(Stored data entries)
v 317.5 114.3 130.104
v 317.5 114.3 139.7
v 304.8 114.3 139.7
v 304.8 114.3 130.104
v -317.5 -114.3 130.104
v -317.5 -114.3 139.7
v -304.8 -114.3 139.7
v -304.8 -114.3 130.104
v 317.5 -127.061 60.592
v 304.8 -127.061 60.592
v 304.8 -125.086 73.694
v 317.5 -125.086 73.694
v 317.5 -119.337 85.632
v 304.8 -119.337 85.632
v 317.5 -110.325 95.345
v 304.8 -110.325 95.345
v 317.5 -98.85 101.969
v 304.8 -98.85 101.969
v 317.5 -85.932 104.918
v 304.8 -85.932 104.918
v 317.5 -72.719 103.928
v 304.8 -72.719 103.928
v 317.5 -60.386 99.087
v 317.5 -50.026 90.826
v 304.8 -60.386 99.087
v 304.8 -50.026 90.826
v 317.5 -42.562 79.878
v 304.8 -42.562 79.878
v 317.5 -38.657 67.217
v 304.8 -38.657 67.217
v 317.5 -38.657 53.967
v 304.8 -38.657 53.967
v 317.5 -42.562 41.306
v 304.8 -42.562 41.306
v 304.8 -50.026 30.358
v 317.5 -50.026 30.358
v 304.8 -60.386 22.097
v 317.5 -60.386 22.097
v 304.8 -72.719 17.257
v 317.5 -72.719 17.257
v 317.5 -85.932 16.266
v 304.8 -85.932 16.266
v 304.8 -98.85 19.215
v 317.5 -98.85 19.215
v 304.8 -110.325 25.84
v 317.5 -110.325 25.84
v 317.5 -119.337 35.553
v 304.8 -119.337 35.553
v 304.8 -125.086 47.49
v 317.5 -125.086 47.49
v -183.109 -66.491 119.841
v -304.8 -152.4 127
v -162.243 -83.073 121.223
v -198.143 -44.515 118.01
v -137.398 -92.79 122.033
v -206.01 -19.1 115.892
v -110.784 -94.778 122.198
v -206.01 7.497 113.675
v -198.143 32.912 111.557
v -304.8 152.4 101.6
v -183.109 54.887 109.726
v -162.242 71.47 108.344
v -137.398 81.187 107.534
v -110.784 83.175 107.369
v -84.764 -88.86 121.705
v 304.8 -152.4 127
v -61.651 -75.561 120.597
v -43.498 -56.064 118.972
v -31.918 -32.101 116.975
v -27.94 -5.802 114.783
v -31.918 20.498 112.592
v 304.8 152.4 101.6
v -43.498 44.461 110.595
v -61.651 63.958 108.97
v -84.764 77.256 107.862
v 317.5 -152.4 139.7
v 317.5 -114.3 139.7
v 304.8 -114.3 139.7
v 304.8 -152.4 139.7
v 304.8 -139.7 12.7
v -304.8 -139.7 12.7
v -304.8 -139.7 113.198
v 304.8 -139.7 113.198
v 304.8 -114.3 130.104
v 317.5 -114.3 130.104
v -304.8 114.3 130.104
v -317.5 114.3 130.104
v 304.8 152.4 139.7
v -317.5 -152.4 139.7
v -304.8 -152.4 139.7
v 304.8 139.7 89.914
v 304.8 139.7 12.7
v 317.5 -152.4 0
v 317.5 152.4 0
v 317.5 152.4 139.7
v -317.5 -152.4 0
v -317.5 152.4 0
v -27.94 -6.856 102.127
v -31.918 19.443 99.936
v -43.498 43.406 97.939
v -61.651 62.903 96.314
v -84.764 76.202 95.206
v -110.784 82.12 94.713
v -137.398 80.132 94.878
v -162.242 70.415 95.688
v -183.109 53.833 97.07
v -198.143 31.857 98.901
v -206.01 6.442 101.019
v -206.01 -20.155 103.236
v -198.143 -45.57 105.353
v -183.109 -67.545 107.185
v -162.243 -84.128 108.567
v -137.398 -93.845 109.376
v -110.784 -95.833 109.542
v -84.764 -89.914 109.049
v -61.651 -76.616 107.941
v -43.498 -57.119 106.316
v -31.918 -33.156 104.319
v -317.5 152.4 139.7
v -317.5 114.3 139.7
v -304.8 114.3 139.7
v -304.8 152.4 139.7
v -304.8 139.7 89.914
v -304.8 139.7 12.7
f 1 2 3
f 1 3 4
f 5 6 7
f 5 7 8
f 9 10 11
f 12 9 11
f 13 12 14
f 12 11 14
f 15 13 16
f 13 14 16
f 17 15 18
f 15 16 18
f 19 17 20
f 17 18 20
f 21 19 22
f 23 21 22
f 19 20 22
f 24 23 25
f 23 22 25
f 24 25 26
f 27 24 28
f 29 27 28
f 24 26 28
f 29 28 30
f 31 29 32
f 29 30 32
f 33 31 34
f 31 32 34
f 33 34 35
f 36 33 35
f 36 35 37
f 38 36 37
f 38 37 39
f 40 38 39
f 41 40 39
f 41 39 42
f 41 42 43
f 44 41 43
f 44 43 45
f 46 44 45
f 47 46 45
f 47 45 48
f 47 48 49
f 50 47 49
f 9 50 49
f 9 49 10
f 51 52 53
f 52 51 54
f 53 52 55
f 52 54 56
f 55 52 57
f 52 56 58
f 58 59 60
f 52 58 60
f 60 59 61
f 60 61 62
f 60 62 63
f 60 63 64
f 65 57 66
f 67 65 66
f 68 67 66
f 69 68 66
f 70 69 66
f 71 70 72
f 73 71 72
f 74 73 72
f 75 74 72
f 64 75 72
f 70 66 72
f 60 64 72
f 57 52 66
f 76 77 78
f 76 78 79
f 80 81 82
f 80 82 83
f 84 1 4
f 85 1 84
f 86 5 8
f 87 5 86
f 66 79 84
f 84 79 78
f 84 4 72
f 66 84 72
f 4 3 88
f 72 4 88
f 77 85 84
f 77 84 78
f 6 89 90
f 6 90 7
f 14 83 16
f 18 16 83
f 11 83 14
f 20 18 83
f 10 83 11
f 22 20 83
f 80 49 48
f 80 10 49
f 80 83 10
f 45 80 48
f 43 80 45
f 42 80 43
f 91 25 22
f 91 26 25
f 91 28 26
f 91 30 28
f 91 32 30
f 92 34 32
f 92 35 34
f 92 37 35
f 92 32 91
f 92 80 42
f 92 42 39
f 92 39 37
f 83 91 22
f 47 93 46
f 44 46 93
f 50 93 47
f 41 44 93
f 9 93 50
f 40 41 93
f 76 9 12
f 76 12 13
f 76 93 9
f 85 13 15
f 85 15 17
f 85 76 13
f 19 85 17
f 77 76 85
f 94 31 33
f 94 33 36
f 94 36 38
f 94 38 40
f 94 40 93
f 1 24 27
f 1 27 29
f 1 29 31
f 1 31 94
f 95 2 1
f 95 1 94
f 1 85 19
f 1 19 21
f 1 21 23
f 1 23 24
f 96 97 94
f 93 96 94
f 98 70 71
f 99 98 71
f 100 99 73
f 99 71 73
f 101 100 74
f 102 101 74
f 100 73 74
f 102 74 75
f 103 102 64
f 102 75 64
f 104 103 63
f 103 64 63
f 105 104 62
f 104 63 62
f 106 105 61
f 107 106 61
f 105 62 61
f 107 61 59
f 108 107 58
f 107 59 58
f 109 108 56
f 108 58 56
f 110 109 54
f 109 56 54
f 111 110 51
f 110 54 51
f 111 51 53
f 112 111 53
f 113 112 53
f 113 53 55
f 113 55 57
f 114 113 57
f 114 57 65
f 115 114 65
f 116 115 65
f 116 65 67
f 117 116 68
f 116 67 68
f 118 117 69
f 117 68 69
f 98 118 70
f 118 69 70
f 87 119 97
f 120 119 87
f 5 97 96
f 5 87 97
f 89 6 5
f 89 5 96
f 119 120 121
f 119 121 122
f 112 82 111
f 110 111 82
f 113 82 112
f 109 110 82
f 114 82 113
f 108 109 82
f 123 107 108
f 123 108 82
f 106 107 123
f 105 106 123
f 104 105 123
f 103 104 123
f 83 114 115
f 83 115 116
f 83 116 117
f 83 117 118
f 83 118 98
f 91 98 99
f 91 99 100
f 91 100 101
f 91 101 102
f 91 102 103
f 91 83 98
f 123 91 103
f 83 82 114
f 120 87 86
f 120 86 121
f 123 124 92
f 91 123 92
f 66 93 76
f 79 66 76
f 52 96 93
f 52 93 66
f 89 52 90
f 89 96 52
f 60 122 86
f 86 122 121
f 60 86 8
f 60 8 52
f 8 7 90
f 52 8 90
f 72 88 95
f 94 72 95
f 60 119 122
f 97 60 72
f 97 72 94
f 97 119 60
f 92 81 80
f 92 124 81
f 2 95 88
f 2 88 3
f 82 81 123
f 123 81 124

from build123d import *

# Parameters (mm, degrees)
F0_W      = 635
F0_H      = 304.8
F1_DEPTH  = 127
F3_DEPTH  = 635.001
F4_T      = -12.7
F5_R      = 89.535
F6_DEPTH  = 12.7
F8_D      = 88.9
F8_DEPTH  = 25.4
F8_TIP    = 26.7082545158
F10_DEPTH = 12.7
F12_DEPTH = 12.7


with BuildPart() as f1:
    # F0 (on Top) → F1 (new body)
    with BuildSketch(Plane.XY):
        Rectangle(F0_W, F0_H)
    extrude(amount=F1_DEPTH)

    # F2 (on face) → F3 (cut, through all)
    with BuildSketch(Plane.YZ.offset(317.5)):
        Polygon((-152.4, 127), (152.4, 101.6), (152.4, 127), align=None)
    extrude(amount=-F3_DEPTH, mode=Mode.SUBTRACT)

    # F4 (hollow: no face is removed)
    offset(amount=F4_T, mode=Mode.SUBTRACT)

    # F5 (on face) → F6 (cut, through all)
    with BuildSketch(Plane(origin=(0, 9.4593103448, 113.5117241379), x_dir=(1, 0, 0), z_dir=(0, 0.0830454799, 0.9965457582))):
        with Locations((-117.475, -15.3138471966)):
            Circle(F5_R)
    extrude(amount=-F6_DEPTH, mode=Mode.SUBTRACT)

    # F8
    with Locations(Plane.YZ.offset(317.5)):
        with Locations((-82.6105548445, 60.5921064519)):
            Hole(F8_D / 2, depth=F8_DEPTH)
            with Locations((0, 0, -(F8_DEPTH + F8_TIP / 2))):  # 118° drill point
                Cone(0, F8_D / 2, F8_TIP, mode=Mode.SUBTRACT)

    # F9 (on face) → F10 (join)
    with BuildSketch(Plane.YZ.offset(317.5)):
        Polygon((-152.4, 139.7), (-152.4, 127), (152.4, 101.6), (152.4, 139.7), (114.3, 139.7), (114.3, 130.104392767), (-114.3, 130.104392767), (-114.3, 139.7), align=None)
    extrude(amount=-F10_DEPTH)

    # F11 (on face) → F12 (join)
    with BuildSketch(Plane(origin=(-317.5, 0, 0), x_dir=(0, -1, 0), z_dir=(-1, 0, 0))):
        Polygon((-152.4, 139.7), (-152.4, 101.6), (152.4, 127), (152.4, 139.7), (114.3, 139.7), (114.3, 130.104392767), (-114.3, 130.104392767), (-114.3, 139.7), align=None)
    extrude(amount=-F12_DEPTH)


solid = f1.part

### PROBLEM STATEMENT
Write out only the lines from the very start of the entries above to the line that includes "v 317.5 -72.719 103.928", both ends included, each one unchanged.

### RESULT OF THIS TASK
v 317.5 114.3 130.104
v 317.5 114.3 139.7
v 304.8 114.3 139.7
v 304.8 114.3 130.104
v -317.5 -114.3 130.104
v -317.5 -114.3 139.7
v -304.8 -114.3 139.7
v -304.8 -114.3 130.104
v 317.5 -127.061 60.592
v 304.8 -127.061 60.592
v 304.8 -125.086 73.694
v 317.5 -125.086 73.694
v 317.5 -119.337 85.632
v 304.8 -119.337 85.632
v 317.5 -110.325 95.345
v 304.8 -110.325 95.345
v 317.5 -98.85 101.969
v 304.8 -98.85 101.969
v 317.5 -85.932 104.918
v 304.8 -85.932 104.918
v 317.5 -72.719 103.928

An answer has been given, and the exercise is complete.